# [Prompt]
Exactly the lines starting at the line containing "f 101 50 48" and ending at the line containing "f 109 111 113" are to be written out from the listing below, both included.

═══ Dataset ═══

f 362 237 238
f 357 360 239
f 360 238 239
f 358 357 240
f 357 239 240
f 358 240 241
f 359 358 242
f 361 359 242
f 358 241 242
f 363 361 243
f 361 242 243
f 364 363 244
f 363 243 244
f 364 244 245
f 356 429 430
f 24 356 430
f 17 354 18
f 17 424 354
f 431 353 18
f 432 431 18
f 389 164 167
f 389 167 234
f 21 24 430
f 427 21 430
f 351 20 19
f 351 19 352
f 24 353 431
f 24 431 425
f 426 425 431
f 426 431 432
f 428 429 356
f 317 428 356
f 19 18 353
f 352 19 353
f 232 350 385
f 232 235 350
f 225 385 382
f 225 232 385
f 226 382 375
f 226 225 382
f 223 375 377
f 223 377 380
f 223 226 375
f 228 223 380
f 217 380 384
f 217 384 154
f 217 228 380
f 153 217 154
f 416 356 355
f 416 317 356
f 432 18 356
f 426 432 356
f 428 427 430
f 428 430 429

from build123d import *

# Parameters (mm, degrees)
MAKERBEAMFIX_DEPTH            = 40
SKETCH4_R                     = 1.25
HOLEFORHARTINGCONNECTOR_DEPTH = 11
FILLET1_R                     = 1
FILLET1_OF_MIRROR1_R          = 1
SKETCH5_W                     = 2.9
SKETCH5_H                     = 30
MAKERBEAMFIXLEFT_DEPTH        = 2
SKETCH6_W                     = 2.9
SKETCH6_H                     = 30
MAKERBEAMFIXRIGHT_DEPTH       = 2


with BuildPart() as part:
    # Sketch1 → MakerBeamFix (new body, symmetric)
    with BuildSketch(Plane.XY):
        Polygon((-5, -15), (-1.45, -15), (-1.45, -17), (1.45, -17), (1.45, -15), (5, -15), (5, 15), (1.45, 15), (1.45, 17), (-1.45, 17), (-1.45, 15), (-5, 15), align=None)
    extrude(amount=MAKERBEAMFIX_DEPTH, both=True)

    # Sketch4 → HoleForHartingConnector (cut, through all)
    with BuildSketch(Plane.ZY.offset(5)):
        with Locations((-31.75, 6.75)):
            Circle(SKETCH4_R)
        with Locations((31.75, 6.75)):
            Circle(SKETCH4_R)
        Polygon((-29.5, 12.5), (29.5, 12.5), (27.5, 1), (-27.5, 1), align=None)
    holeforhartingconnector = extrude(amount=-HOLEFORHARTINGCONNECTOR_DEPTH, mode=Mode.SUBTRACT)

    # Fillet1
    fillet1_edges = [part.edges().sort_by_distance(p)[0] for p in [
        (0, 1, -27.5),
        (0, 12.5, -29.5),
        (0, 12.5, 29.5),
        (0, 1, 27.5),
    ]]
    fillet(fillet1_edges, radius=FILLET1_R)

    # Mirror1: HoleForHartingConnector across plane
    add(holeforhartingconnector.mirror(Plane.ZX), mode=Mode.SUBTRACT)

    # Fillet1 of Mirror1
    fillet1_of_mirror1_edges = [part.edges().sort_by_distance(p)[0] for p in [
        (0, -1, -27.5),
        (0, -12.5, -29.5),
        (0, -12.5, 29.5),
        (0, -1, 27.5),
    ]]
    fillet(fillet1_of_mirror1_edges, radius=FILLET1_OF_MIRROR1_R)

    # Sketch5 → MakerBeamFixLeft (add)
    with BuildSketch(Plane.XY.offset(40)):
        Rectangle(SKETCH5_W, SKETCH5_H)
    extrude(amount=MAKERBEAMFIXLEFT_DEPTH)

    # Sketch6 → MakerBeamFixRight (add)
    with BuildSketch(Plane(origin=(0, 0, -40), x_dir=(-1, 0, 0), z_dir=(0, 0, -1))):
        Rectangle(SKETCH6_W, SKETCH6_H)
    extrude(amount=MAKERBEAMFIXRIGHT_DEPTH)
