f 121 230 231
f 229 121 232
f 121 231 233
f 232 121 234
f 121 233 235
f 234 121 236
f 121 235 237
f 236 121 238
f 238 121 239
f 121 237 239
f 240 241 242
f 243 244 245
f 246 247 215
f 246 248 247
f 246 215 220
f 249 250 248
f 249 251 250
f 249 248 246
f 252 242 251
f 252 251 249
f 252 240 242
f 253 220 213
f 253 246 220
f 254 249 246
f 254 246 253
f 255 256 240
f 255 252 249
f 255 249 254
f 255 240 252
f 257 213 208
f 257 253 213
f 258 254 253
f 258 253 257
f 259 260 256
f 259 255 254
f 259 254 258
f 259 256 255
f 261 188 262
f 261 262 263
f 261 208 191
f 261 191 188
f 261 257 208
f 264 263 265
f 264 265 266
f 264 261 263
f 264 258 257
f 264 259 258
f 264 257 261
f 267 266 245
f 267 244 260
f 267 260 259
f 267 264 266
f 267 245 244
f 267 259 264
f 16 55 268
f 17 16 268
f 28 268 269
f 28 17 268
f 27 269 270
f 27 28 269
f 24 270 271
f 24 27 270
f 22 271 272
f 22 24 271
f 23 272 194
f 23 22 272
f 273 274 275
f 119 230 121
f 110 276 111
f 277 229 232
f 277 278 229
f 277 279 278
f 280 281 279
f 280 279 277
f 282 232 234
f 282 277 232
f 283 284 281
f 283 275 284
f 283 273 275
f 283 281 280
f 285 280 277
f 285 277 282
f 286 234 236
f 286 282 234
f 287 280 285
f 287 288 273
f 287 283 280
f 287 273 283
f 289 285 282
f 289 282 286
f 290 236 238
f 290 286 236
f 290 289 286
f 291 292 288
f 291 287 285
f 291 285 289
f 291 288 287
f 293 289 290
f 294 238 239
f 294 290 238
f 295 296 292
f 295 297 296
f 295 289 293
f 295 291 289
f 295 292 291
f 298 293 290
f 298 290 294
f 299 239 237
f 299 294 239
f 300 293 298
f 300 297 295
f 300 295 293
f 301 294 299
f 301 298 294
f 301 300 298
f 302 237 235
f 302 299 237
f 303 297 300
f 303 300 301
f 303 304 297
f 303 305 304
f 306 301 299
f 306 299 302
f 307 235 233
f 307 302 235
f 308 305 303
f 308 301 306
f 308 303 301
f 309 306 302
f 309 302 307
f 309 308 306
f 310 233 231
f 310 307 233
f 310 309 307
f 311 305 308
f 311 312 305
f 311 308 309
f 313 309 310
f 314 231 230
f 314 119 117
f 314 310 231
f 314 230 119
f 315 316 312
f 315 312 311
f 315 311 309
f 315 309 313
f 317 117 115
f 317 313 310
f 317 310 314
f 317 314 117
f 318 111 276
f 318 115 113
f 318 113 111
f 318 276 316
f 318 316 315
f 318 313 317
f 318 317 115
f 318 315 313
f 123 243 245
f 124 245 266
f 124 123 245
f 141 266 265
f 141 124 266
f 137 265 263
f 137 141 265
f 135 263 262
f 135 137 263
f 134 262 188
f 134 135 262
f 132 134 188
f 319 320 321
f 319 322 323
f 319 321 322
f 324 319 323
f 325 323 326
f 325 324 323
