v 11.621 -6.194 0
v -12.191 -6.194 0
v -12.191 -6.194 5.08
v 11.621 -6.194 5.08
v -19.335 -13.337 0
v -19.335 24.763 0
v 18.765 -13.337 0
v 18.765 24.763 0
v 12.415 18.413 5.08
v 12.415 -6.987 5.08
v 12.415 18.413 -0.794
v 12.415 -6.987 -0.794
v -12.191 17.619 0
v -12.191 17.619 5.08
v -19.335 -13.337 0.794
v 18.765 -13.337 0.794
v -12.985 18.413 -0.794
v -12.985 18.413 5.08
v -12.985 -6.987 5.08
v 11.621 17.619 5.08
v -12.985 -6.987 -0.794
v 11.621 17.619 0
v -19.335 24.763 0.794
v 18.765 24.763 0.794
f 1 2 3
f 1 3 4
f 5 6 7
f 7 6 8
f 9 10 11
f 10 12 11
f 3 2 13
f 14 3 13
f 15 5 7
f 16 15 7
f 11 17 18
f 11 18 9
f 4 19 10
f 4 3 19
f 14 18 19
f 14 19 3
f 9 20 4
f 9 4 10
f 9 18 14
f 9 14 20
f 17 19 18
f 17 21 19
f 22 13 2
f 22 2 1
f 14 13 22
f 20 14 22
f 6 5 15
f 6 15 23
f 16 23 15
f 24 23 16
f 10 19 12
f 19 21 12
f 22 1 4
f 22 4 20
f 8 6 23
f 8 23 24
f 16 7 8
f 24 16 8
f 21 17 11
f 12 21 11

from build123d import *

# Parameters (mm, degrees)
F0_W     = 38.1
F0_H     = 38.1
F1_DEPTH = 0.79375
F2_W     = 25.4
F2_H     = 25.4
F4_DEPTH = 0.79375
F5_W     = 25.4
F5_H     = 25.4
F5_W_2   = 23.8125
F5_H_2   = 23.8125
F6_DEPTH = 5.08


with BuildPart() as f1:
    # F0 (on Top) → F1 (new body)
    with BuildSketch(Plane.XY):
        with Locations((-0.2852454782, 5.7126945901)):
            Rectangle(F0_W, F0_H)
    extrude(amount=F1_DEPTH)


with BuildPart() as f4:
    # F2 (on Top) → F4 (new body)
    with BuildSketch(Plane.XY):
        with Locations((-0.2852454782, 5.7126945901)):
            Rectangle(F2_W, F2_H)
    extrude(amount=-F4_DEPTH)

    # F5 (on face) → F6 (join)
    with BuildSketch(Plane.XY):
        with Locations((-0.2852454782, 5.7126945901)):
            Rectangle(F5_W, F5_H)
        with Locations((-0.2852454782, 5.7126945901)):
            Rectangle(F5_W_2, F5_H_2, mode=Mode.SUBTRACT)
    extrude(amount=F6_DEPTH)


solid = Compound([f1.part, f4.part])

═══
═══ Dataset ═══

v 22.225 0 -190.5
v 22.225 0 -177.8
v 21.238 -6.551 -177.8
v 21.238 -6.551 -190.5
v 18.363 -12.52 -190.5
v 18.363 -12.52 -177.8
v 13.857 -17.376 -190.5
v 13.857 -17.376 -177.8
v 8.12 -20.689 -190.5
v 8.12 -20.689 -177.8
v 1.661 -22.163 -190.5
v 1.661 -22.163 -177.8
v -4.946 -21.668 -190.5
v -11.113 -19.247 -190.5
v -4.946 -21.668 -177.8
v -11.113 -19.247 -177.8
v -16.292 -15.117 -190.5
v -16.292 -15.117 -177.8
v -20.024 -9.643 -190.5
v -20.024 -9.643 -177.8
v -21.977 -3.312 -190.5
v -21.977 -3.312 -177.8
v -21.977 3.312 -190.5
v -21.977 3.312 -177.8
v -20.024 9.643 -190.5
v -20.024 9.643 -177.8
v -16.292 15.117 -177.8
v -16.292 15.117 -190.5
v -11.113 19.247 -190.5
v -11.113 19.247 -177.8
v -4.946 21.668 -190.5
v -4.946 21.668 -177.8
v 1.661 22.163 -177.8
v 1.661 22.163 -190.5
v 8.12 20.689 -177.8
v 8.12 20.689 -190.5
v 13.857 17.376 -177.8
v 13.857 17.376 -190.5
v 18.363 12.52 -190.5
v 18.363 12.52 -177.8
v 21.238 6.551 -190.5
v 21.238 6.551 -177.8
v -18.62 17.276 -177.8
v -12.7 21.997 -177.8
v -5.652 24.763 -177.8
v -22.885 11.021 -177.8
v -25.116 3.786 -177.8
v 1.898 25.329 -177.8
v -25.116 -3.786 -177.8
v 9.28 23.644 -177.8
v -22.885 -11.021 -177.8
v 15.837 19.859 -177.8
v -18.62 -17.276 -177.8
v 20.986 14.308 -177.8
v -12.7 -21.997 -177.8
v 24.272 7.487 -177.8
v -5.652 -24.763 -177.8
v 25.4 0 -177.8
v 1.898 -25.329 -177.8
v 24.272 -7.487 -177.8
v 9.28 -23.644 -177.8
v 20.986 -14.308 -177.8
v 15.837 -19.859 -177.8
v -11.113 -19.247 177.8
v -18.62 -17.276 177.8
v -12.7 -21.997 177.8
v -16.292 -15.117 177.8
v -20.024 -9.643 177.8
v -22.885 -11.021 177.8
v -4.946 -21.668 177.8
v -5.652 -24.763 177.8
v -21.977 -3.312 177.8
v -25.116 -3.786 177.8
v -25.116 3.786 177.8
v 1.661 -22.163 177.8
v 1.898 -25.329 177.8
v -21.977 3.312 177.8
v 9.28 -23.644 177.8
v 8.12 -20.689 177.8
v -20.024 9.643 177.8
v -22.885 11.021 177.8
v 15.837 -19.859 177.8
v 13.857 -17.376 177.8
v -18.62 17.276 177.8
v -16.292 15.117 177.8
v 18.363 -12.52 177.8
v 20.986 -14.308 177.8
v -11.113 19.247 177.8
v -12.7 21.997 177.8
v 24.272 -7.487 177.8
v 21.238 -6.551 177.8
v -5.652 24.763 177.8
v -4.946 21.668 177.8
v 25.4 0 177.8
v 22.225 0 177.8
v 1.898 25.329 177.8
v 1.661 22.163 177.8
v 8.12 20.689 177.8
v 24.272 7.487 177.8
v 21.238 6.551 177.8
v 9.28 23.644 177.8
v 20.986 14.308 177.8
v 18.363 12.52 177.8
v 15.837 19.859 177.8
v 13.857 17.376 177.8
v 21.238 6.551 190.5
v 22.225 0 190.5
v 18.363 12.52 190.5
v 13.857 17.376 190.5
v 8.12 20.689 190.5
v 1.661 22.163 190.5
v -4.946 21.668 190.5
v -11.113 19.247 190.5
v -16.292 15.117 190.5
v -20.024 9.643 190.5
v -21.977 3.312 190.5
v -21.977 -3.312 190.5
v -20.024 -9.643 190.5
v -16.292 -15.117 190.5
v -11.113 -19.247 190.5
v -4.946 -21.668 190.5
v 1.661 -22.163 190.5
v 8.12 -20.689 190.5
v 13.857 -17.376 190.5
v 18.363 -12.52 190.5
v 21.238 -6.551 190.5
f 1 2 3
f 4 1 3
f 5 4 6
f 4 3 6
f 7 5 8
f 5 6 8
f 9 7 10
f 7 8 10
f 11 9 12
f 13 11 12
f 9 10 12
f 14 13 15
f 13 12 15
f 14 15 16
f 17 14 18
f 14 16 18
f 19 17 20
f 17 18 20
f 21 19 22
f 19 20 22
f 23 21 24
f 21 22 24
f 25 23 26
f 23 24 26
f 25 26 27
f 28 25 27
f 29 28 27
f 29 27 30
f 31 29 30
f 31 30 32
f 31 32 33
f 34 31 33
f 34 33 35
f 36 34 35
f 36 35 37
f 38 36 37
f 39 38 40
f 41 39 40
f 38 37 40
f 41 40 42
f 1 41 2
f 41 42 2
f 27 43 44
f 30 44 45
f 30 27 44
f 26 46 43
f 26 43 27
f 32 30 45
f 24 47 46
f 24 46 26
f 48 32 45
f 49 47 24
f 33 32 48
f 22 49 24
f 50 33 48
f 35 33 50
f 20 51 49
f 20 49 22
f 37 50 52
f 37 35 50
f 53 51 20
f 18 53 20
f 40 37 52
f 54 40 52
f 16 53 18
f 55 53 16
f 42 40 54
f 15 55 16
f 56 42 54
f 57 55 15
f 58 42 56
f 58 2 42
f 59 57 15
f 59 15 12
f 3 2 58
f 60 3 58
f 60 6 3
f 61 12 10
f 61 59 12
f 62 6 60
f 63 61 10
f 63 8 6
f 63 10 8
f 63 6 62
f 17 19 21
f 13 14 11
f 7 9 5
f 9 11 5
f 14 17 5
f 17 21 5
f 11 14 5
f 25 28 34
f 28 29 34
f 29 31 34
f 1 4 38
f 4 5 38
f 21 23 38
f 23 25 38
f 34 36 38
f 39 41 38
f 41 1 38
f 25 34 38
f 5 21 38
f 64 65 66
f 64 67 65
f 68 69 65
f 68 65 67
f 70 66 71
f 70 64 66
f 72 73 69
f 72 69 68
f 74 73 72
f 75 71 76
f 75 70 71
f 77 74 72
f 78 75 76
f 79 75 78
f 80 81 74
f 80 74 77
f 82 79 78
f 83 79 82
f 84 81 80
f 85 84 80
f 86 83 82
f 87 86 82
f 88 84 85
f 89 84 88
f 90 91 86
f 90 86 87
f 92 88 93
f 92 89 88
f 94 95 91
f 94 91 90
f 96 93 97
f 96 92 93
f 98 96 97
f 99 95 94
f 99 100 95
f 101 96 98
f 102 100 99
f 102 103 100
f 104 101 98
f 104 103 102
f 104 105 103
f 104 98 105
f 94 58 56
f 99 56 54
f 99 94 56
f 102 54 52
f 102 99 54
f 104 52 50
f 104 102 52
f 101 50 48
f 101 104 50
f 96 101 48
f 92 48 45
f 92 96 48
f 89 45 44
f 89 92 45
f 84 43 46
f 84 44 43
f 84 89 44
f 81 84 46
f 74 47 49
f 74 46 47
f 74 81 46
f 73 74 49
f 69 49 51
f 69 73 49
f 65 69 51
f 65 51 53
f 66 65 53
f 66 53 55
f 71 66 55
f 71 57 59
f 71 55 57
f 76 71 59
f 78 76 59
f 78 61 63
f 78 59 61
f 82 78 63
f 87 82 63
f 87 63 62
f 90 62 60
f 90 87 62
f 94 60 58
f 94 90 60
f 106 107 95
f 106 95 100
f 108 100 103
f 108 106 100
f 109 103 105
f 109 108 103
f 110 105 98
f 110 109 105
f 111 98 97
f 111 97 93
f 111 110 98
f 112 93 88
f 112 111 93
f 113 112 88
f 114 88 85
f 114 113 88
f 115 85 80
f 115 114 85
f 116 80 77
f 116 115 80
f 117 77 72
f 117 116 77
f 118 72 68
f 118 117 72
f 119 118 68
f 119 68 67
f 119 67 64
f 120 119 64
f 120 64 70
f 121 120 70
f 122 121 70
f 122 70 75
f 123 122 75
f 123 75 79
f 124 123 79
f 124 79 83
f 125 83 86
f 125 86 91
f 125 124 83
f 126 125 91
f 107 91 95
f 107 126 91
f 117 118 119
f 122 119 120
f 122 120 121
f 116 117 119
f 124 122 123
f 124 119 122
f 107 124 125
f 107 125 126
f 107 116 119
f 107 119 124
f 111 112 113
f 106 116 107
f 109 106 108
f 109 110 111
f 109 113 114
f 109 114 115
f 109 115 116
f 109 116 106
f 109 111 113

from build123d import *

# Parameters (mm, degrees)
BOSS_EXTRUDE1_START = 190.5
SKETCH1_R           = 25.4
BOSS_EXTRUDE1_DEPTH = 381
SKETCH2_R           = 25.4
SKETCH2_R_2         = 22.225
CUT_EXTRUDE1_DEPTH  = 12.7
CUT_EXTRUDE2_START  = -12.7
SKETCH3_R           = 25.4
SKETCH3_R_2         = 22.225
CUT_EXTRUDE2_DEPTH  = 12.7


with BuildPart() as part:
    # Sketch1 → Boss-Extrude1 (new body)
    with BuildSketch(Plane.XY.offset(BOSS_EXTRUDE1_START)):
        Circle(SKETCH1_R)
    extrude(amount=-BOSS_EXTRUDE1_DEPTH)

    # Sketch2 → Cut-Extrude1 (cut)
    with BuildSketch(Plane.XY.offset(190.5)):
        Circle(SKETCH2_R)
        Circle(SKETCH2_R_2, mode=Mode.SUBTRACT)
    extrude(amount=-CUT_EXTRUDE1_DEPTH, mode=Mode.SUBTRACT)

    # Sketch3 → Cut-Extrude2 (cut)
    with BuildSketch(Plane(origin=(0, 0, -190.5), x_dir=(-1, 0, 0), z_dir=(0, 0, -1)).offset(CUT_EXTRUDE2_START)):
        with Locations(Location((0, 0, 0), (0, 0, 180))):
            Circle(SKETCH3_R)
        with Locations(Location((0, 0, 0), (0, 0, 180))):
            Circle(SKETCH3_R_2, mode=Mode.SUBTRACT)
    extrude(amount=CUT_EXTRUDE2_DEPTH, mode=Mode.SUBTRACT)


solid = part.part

═══
═══ Dataset ═══

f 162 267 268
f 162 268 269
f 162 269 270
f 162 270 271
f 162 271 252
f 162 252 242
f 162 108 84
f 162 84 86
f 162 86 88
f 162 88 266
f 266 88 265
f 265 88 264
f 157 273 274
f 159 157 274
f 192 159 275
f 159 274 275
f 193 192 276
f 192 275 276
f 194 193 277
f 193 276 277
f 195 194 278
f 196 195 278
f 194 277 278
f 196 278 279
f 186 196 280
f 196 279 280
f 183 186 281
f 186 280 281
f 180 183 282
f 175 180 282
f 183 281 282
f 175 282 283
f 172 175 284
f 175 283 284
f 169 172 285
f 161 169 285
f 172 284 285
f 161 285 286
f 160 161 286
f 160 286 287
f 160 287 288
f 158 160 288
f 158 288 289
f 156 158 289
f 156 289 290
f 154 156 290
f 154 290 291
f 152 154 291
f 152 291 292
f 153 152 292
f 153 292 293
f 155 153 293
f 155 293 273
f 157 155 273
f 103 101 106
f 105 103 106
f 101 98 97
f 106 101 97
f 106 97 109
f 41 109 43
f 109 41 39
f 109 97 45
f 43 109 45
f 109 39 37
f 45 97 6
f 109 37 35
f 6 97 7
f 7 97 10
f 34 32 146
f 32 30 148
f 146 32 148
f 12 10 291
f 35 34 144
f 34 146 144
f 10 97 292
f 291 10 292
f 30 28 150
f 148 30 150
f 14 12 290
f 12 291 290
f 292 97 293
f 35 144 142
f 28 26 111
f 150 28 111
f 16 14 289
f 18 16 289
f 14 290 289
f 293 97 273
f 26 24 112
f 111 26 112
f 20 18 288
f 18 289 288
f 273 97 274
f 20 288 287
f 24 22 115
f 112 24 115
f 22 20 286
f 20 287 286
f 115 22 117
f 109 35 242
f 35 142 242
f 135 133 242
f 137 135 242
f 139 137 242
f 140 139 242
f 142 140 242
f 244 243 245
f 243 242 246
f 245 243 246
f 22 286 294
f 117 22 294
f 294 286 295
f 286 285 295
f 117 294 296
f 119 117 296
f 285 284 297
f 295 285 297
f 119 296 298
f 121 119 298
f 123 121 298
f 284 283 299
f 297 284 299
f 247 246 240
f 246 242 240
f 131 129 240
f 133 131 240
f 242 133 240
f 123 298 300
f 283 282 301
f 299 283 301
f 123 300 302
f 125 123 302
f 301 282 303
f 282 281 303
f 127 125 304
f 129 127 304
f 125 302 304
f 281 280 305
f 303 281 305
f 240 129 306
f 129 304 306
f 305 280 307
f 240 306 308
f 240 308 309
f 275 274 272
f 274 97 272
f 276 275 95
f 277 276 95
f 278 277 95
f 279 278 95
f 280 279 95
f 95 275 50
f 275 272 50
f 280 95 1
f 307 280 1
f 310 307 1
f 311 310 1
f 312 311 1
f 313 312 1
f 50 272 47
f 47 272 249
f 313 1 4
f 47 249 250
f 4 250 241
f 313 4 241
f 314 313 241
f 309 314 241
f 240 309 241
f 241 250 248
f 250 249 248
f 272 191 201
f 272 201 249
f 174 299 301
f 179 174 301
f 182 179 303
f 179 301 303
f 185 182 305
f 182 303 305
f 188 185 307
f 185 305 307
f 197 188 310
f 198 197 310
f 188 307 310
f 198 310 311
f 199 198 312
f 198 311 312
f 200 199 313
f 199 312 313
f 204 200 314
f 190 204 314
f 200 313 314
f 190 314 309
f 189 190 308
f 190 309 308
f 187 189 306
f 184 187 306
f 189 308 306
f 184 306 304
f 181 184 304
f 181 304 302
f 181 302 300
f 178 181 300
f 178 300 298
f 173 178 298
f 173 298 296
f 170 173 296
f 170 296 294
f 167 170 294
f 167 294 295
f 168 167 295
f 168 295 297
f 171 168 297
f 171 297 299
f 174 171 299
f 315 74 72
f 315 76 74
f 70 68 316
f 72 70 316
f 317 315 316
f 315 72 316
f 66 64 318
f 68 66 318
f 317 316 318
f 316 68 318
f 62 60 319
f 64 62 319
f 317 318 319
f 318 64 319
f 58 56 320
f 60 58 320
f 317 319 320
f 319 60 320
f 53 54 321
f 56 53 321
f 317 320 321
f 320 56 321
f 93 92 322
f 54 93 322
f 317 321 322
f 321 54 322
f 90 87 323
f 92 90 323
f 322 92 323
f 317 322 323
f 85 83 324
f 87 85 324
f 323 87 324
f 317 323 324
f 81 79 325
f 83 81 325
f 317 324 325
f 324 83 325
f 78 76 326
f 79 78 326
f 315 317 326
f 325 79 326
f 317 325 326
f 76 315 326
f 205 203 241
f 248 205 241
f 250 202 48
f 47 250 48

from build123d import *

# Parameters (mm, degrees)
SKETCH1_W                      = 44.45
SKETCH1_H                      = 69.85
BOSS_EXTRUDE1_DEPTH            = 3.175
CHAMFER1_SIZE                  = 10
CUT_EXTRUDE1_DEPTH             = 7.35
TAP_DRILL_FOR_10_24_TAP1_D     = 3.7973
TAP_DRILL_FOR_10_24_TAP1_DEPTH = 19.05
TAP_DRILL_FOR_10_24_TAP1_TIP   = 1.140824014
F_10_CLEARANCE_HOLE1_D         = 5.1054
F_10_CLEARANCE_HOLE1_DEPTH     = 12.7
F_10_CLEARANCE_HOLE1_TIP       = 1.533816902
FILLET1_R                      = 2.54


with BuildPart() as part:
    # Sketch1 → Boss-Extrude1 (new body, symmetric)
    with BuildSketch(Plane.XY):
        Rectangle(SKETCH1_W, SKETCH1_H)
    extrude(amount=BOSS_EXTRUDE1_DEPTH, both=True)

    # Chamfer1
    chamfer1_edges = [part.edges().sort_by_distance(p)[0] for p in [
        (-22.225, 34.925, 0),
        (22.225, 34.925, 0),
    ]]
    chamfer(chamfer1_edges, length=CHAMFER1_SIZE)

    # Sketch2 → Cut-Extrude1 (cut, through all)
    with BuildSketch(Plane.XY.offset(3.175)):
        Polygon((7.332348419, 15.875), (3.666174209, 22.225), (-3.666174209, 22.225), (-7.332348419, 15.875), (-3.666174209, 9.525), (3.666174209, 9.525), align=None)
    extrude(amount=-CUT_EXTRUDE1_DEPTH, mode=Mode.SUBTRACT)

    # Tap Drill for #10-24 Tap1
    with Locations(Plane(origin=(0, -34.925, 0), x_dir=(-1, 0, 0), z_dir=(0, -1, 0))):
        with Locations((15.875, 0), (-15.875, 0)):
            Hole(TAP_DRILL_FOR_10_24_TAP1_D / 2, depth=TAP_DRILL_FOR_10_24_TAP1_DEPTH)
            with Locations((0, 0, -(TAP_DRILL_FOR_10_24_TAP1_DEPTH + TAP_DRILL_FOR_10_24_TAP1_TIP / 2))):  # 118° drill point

═══

# [Exercise result]
f 101 50 48
f 101 104 50
f 96 101 48
f 92 48 45
f 92 96 48
f 89 45 44
f 89 92 45
f 84 43 46
f 84 44 43
f 84 89 44
f 81 84 46
f 74 47 49
f 74 46 47
f 74 81 46
f 73 74 49
f 69 49 51
f 69 73 49
f 65 69 51
f 65 51 53
f 66 65 53
f 66 53 55
f 71 66 55
f 71 57 59
f 71 55 57
f 76 71 59
f 78 76 59
f 78 61 63
f 78 59 61
f 82 78 63
f 87 82 63
f 87 63 62
f 90 62 60
f 90 87 62
f 94 60 58
f 94 90 60
f 106 107 95
f 106 95 100
f 108 100 103
f 108 106 100
f 109 103 105
f 109 108 103
f 110 105 98
f 110 109 105
f 111 98 97
f 111 97 93
f 111 110 98
f 112 93 88
f 112 111 93
f 113 112 88
f 114 88 85
f 114 113 88
f 115 85 80
f 115 114 85
f 116 80 77
f 116 115 80
f 117 77 72
f 117 116 77
f 118 72 68
f 118 117 72
f 119 118 68
f 119 68 67
f 119 67 64
f 120 119 64
f 120 64 70
f 121 120 70
f 122 121 70
f 122 70 75
f 123 122 75
f 123 75 79
f 124 123 79
f 124 79 83
f 125 83 86
f 125 86 91
f 125 124 83
f 126 125 91
f 107 91 95
f 107 126 91
f 117 118 119
f 122 119 120
f 122 120 121
f 116 117 119
f 124 122 123
f 124 119 122
f 107 124 125
f 107 125 126
f 107 116 119
f 107 119 124
f 111 112 113
f 106 116 107
f 109 106 108
f 109 110 111
f 109 113 114
f 109 114 115
f 109 115 116
f 109 116 106
f 109 111 113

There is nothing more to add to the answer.